Темная громада министерства нависала, подобно гранитной скале, готовой сорваться и раздавить в лепешку неосторожно приблизившегося путника. Бергер прошел к крайнему подъезду, почти возле торцовой стены комплекса, глянул влево. Тридцатиэтажная стена с редкими светящимися окнами терялась в сумерках и метельной круговерти. Климат-барьер сличил внешние данные и пропустил его беспрепятственно, но это был лишь первый этап проверки. Бергер потопал, стряхивая снег, вытер ладонью лицо от растаявшего снега. Пока он проделывал эти манипуляции, датчики сверяли параметры его ДНК, психофизические данные с теми, что были заложены в охранную систему.

– Константин Бергер, первый отдел Управления разведки и контрразведки флота.

Он сказал это обычным голосом, хотя в молодости, когда только поступил на службу, на пари с такими же охломонами, только что выпущенными из училища, сумел обмануть систему, изменив модулятором собственной конструкции тембр голоса. Это стоило ему пяти часов медицинских процедур – световые шокеры и акустические парализаторы вкупе с усыпляющим газом сработали вполне эффективно – и первого выговора от начальства. Предложение от научно-технического отдела перейти на работу к ним Бергер отверг.

Набирая личный номер и код доступа, он попытался представить, где сейчас находится кабинет Леонидова – система безопасности «поплавок» постоянно перемещала помещения, закрепленные за сотрудниками и отделами по всему объему сектора, выделенного разведке. Угадать расклад трехмерной «пятнашки» было невозможно, и одно это бросало вызов Константину Бергеру, не без оснований считавшему себя неплохим математиком и аналитиком. Исходя из того, как двигался кабинет начальства в течение предыдущего дня, он составил в уме простенький алгоритм. Видимо, слишком простенький. Система безопасности выиграла и в этот раз – Анатолий Остапович Леонидов сегодня любовался зимним пейзажем, открывающимся из окон в торцовой стене здания министерства.

Секретарь Леонидова капитан-лейтенант Смидович подмигнул Бергеру:

– Как, угадал?

– Я не гадаю, а провожу анализ, основанный на…

– Значит, не угадал, – констатировал секретарь.

За его спиной в стеклянные стены, прозрачные только изнутри, бил летящий снег, высокие ели и голые дубы раскачивались под порывами ветра, и казалось, еще немного – и метель ворвется сюда, погребая присутствующих под сыпучими сугробами.

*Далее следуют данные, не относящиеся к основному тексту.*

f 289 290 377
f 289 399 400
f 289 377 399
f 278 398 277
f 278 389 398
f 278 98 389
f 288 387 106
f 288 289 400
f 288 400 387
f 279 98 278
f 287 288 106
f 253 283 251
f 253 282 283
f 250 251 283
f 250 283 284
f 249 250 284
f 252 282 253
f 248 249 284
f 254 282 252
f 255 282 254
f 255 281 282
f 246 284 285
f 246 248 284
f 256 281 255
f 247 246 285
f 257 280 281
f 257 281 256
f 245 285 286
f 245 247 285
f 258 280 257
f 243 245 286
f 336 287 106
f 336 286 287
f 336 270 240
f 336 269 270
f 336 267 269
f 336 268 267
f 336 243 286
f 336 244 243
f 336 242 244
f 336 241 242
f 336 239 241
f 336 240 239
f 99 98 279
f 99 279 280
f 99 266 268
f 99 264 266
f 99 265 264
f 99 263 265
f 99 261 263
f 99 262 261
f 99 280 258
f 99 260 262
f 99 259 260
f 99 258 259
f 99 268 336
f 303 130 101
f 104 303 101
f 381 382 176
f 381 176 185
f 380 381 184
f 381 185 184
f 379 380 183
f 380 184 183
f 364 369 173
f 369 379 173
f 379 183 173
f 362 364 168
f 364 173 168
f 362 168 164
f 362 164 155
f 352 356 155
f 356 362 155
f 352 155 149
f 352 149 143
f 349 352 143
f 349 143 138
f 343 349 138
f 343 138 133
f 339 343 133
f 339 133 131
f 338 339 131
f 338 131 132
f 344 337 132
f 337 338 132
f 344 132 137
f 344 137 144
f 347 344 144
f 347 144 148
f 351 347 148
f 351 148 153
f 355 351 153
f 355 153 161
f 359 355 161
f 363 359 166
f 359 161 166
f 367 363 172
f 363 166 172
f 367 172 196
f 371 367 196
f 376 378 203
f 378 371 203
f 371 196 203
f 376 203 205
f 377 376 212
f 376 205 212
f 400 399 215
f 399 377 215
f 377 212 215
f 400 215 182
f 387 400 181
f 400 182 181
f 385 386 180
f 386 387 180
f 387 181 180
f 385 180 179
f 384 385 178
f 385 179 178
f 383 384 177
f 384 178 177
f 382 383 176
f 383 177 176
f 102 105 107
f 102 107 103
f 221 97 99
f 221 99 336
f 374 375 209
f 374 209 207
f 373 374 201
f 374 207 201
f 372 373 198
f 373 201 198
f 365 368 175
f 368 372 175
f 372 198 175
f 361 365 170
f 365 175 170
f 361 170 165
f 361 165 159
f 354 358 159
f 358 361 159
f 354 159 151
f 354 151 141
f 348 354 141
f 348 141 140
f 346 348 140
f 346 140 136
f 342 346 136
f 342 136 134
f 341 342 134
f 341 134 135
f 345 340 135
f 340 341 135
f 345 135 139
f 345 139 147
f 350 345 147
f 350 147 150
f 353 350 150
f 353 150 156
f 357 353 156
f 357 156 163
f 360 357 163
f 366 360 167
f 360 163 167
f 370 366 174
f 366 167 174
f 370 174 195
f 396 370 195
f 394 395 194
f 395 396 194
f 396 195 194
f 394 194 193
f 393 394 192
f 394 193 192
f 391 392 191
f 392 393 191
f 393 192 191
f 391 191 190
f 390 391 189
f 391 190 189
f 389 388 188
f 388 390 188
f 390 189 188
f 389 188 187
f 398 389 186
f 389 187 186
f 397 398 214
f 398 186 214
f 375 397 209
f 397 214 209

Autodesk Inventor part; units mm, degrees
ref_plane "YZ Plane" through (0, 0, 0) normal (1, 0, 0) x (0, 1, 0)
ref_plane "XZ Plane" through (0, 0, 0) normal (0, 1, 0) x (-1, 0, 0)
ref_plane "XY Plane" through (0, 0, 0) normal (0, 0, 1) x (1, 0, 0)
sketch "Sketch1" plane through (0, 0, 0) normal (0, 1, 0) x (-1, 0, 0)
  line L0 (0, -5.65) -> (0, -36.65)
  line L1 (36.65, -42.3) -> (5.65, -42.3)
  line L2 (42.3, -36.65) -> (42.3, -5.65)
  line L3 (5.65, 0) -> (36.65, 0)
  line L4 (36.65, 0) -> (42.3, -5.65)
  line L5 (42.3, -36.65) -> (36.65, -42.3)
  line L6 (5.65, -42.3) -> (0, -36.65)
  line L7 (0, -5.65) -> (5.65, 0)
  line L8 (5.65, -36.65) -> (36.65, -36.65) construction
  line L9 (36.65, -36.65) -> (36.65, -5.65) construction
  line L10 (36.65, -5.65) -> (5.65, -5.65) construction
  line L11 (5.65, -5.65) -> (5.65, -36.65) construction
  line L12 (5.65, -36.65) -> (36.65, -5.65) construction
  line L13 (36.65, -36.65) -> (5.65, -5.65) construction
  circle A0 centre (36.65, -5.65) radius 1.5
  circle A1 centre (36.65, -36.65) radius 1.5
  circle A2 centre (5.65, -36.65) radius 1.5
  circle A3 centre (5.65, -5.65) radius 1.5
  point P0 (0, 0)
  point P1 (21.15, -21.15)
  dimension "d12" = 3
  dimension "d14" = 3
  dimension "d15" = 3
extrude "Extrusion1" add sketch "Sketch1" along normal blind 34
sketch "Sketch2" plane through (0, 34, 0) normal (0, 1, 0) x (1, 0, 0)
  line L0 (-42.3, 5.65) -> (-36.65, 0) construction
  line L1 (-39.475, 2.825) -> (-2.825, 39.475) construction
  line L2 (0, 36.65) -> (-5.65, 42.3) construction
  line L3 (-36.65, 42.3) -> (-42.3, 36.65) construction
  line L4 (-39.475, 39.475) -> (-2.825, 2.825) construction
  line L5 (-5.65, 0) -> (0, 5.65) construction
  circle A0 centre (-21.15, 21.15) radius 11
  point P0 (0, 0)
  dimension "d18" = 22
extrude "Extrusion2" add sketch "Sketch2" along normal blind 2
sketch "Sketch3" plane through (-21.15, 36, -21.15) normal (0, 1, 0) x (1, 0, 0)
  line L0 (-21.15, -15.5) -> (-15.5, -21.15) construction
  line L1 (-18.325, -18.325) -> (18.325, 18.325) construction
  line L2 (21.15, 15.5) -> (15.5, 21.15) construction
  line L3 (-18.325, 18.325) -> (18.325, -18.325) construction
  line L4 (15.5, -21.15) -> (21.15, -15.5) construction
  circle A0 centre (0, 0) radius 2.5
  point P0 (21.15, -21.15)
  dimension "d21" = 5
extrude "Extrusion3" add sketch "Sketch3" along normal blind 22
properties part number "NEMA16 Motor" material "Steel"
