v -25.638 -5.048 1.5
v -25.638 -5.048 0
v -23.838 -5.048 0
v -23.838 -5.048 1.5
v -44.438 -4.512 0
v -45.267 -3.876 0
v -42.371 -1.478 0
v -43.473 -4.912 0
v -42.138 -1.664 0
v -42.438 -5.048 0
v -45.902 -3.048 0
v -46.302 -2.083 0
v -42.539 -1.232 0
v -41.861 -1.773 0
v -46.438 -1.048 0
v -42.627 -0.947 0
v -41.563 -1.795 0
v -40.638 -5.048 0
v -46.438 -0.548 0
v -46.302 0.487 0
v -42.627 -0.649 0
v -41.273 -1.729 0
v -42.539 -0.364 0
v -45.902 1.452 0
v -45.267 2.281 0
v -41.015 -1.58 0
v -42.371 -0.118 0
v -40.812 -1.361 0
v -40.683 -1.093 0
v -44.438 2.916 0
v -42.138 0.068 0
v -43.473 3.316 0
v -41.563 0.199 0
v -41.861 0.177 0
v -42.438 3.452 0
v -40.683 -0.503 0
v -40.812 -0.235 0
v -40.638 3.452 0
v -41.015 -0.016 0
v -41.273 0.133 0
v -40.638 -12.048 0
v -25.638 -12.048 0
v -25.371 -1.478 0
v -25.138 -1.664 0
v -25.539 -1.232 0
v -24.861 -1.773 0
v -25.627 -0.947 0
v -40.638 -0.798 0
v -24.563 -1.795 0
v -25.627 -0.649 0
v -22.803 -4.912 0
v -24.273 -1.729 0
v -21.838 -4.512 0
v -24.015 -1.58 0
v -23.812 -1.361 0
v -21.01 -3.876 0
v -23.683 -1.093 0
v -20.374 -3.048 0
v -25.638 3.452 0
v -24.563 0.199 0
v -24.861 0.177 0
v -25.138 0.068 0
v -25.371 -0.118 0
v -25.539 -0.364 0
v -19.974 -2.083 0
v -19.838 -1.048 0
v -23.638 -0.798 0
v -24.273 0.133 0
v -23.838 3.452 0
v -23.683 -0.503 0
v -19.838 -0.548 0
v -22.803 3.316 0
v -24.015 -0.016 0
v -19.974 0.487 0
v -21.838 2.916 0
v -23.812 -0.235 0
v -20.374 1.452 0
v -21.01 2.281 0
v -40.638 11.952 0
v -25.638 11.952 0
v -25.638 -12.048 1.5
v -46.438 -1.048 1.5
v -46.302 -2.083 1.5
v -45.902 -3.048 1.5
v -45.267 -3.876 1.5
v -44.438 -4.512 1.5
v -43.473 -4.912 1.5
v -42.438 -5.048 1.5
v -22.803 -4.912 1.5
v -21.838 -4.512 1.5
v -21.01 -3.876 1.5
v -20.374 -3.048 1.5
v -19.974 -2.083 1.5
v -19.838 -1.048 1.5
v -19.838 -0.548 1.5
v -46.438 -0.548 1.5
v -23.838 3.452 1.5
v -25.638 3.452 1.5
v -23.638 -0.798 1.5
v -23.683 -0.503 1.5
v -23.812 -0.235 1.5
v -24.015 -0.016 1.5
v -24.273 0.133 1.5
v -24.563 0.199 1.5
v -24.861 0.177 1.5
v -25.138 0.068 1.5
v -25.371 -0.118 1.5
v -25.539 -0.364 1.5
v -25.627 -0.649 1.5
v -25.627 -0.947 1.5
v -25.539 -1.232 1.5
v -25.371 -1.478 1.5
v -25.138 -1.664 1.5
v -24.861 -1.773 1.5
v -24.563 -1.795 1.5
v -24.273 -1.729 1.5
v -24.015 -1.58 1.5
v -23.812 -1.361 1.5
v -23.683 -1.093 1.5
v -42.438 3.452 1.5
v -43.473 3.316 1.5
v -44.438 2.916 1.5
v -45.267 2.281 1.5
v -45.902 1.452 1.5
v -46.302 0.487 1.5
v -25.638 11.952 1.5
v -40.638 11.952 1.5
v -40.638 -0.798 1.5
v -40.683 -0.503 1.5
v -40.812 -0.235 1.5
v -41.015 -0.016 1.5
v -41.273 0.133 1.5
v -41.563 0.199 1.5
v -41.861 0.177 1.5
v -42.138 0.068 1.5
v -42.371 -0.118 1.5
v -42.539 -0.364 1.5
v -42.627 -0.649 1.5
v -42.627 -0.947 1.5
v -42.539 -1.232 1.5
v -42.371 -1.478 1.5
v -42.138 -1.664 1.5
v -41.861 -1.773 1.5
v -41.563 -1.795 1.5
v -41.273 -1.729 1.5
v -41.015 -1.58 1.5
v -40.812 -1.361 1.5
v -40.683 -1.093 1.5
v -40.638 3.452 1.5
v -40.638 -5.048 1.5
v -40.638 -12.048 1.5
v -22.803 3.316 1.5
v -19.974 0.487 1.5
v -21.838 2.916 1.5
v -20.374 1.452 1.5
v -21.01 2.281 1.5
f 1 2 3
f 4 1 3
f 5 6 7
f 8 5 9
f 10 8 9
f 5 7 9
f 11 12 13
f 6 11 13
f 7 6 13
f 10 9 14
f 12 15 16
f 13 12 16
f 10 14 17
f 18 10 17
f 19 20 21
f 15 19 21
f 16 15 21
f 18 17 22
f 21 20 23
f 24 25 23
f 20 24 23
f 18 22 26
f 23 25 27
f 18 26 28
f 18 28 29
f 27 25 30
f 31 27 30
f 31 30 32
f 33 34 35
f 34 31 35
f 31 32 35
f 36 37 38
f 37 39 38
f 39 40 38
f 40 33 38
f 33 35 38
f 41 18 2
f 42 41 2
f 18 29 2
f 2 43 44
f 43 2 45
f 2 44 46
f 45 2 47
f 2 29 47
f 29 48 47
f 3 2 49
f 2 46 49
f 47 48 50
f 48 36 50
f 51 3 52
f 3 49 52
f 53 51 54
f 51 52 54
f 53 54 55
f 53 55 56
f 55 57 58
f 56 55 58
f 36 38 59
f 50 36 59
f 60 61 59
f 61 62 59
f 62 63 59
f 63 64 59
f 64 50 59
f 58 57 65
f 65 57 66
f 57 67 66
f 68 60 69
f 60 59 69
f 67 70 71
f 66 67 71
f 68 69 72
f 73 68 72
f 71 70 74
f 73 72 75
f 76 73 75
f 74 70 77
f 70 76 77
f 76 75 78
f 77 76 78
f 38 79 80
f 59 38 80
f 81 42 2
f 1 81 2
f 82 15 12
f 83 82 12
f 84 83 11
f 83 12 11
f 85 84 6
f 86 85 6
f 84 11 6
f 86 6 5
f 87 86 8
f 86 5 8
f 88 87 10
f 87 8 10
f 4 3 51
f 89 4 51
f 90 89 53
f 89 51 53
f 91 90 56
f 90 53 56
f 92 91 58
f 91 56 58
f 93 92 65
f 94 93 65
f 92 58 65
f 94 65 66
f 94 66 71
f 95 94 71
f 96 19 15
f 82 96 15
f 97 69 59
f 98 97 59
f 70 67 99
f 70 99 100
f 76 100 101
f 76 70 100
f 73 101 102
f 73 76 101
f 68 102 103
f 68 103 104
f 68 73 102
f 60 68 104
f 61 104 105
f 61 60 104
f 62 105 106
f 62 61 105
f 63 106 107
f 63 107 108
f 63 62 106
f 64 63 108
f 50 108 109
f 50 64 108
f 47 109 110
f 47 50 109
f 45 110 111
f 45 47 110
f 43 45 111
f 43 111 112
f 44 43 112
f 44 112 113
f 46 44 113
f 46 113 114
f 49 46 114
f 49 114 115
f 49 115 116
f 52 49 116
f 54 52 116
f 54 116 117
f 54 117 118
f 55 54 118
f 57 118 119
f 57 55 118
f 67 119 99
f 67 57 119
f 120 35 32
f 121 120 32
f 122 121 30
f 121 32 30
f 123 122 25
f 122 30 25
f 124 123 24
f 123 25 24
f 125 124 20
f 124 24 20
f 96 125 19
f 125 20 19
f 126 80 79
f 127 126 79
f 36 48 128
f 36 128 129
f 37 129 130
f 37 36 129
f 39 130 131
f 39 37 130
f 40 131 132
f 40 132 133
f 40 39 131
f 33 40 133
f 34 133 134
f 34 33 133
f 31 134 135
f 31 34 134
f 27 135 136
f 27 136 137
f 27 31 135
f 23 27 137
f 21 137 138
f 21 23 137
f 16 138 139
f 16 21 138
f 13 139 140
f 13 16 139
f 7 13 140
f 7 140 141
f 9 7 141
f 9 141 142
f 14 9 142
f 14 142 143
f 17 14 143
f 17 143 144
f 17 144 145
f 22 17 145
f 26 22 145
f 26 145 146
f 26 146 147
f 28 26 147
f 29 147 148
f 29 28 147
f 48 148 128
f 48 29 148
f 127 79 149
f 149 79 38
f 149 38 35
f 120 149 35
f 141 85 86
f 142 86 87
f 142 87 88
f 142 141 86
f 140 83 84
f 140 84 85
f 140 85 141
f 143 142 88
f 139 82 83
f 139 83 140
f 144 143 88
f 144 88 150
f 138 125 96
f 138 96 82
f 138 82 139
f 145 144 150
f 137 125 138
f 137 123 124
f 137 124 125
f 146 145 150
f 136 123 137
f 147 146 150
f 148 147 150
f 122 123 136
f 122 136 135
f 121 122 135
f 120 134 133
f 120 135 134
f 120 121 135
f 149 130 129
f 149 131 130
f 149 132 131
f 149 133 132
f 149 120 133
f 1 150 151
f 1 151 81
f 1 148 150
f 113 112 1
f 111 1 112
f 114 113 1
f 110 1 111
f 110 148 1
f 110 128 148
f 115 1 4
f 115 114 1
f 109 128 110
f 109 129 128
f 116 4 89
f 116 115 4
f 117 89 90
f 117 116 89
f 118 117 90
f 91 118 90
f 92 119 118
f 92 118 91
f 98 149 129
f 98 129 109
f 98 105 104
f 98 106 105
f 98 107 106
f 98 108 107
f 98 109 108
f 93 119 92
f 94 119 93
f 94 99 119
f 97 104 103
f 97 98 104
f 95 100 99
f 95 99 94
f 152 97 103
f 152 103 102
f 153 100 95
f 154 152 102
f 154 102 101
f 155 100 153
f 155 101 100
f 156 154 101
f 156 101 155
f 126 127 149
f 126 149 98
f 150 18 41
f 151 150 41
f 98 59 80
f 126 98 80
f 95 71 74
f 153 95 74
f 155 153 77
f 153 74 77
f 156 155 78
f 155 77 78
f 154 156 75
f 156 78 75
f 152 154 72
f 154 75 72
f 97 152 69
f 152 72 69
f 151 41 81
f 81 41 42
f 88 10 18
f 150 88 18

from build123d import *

# Parameters (mm, degrees)
ESBO_O2_W                = 28.244172386
ESBO_O2_H                = 13.944205314
RESSALTO_EXTRUS_O1_DEPTH = 2.54
ESBO_O3_R                = 1
RESSALTO_EXTRUS_O2_DEPTH = 1.5
ESBO_O4_W                = 28.244172386
ESBO_O4_H                = 13.944205314
CORTE_EXTRUS_O1_DEPTH    = 2.54


with BuildPart() as part:
    # Esboço2 → Ressalto-extrusão1 (new body)
    with BuildSketch(Plane.XY):
        Rectangle(ESBO_O2_W, ESBO_O2_H)
    extrude(amount=RESSALTO_EXTRUS_O1_DEPTH)

    # Esboço4 → Corte-extrusão1 (cut)
    with BuildSketch(Plane.XY.offset(2.54)):
        Rectangle(ESBO_O4_W, ESBO_O4_H)
    extrude(amount=-CORTE_EXTRUS_O1_DEPTH, mode=Mode.SUBTRACT)


with BuildPart() as body_2:
    # Esboço3 → Ressalto-extrusão2 (new body)
    with BuildSketch(Plane.XY):
        with BuildLine():
            Line((-40.638175932, 11.952156585), (-40.638175932, 3.452156585))
            Line((-40.638175932, 3.452156585), (-42.438175932, 3.452156585))
            ThreePointArc((-42.438175932, 3.452156585), (-45.266603057, 2.28058371), (-46.438175932, -0.547843415))
            Line((-46.438175932, -0.547843415), (-46.438175932, -1.047843415))
            ThreePointArc((-46.438175932, -1.047843415), (-45.266603057, -3.876270539), (-42.438175932, -5.047843415))
            Line((-42.438175932, -5.047843415), (-40.638175932, -5.047843415))
            Line((-40.638175932, -5.047843415), (-40.638175932, -12.047843415))
            Line((-40.638175932, -12.047843415), (-25.638175932, -12.047843415))
            Line((-25.638175932, -12.047843415), (-25.638175932, -5.047843415))
            Line((-25.638175932, -5.047843415), (-23.838175932, -5.047843415))
            ThreePointArc((-23.838175932, -5.047843415), (-21.009748807, -3.876270539), (-19.838175932, -1.047843415))
            Line((-19.838175932, -1.047843415), (-19.838175932, -0.547843415))
            ThreePointArc((-19.838175932, -0.547843415), (-21.009748807, 2.28058371), (-23.838175932, 3.452156585))
            Line((-23.838175932, 3.452156585), (-25.638175932, 3.452156585))
            Line((-25.638175932, 3.452156585), (-25.638175932, 11.952156585))
            Line((-25.638175932, 11.952156585), (-40.638175932, 11.952156585))
        make_face()
        with Locations((-41.638175932, -0.797843415)):
            Circle(ESBO_O3_R, mode=Mode.SUBTRACT)
        with Locations((-24.638175932, -0.797843415)):
            Circle(ESBO_O3_R, mode=Mode.SUBTRACT)
    extrude(amount=RESSALTO_EXTRUS_O2_DEPTH)


solid = body_2.part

– Что «царь»? – спросил Бергер.

Леонидова за глаза звали «царем» по аналогии с легендарным правителем Спарты.

– Ждет доклада – велел проводить немедленно.

– Так веди!

– Прошу. – Смидович указал на окно.

Бергер, мысленно поежившись, шагнул в метель и оказался в кабинете Леонидова. Он считал подобные изыски конспирации лишними в здании Министерства обороны, однако начальству виднее.

Полковник Леонидов взглянул на Бергера через экран, с которого читал последние новости, опубликованные в «Питерском ветеране», и радушным жестом предложил присаживаться. Он был невысок ростом, плотен, с короткими светлыми волосами. В углах глаз отпечатались «гусиные лапки» морщин, как у завзятых весельчаков. Леонидов не был весельчаком, но чувство юмора имел. Правда, весьма своеобразное.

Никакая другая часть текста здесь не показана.